▶ **TASK STATEMENT**: Copy out the lines of the records below, and only those lines, from the one with "F6_DEPTH = 25" through the one with "extrude(amount=-F6_DEPTH, mode=Mode.SUBTRACT)", exactly as they appear.

▶ **DATA LISTING**:

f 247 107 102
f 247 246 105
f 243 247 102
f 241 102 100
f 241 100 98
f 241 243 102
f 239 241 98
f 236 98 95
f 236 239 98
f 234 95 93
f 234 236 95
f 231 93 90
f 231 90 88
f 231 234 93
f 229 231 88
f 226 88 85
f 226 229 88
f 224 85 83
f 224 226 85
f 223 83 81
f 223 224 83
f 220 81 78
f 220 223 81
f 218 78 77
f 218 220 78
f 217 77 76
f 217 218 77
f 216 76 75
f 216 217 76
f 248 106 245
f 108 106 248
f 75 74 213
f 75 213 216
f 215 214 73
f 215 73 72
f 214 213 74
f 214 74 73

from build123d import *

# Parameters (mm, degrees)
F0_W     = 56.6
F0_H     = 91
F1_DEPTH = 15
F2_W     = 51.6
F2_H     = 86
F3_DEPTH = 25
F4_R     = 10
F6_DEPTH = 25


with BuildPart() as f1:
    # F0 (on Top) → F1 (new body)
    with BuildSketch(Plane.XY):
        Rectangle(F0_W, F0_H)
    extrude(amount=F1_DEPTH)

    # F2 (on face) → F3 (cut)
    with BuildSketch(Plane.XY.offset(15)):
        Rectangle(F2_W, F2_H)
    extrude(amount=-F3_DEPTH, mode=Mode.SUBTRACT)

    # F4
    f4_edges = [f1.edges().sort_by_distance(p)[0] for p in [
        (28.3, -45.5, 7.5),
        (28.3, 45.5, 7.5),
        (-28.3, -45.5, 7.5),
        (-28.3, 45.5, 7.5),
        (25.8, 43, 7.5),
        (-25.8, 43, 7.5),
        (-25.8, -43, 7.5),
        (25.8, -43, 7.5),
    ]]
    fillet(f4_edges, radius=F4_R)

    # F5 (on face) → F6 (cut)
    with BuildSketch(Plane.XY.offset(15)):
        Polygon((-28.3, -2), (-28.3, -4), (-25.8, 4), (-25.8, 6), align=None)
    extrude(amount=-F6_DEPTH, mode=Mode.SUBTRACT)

---

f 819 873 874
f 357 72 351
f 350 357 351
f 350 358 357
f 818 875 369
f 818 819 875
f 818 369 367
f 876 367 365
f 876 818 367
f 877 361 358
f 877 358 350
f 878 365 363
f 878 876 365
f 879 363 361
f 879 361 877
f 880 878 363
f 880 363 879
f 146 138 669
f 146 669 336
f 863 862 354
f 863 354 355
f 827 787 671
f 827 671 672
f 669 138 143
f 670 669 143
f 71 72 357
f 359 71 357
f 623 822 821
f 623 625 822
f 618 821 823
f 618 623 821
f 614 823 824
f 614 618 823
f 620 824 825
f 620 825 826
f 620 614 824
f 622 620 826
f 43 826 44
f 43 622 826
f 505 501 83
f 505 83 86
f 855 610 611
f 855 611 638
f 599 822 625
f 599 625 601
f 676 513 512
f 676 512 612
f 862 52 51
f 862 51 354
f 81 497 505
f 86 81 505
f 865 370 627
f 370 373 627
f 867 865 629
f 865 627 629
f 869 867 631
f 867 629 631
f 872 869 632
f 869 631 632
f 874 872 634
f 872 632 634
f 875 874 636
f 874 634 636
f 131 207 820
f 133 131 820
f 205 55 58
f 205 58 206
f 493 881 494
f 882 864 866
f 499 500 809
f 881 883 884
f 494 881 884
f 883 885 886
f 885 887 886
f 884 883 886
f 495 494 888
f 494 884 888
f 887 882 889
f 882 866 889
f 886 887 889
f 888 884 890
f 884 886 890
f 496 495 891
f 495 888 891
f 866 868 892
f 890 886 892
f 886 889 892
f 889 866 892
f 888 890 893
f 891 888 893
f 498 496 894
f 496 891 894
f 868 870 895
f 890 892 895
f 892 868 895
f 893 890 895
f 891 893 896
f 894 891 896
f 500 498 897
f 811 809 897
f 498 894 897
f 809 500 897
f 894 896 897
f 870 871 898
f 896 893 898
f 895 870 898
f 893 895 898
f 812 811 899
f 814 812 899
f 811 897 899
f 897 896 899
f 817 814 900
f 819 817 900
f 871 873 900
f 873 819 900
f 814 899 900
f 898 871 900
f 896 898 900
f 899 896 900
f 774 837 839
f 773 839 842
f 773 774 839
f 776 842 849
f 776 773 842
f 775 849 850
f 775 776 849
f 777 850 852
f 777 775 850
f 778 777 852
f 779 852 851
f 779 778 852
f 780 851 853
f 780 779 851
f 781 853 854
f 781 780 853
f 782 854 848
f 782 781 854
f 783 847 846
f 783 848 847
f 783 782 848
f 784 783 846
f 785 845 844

▶ **RESPONSE**:
F6_DEPTH = 25


with BuildPart() as f1:
    # F0 (on Top) → F1 (new body)
    with BuildSketch(Plane.XY):
        Rectangle(F0_W, F0_H)
    extrude(amount=F1_DEPTH)

    # F2 (on face) → F3 (cut)
    with BuildSketch(Plane.XY.offset(15)):
        Rectangle(F2_W, F2_H)
    extrude(amount=-F3_DEPTH, mode=Mode.SUBTRACT)

    # F4
    f4_edges = [f1.edges().sort_by_distance(p)[0] for p in [
        (28.3, -45.5, 7.5),
        (28.3, 45.5, 7.5),
        (-28.3, -45.5, 7.5),
        (-28.3, 45.5, 7.5),
        (25.8, 43, 7.5),
        (-25.8, 43, 7.5),
        (-25.8, -43, 7.5),
        (25.8, -43, 7.5),
    ]]
    fillet(f4_edges, radius=F4_R)

    # F5 (on face) → F6 (cut)
    with BuildSketch(Plane.XY.offset(15)):
        Polygon((-28.3, -2), (-28.3, -4), (-25.8, 4), (-25.8, 6), align=None)
    extrude(amount=-F6_DEPTH, mode=Mode.SUBTRACT)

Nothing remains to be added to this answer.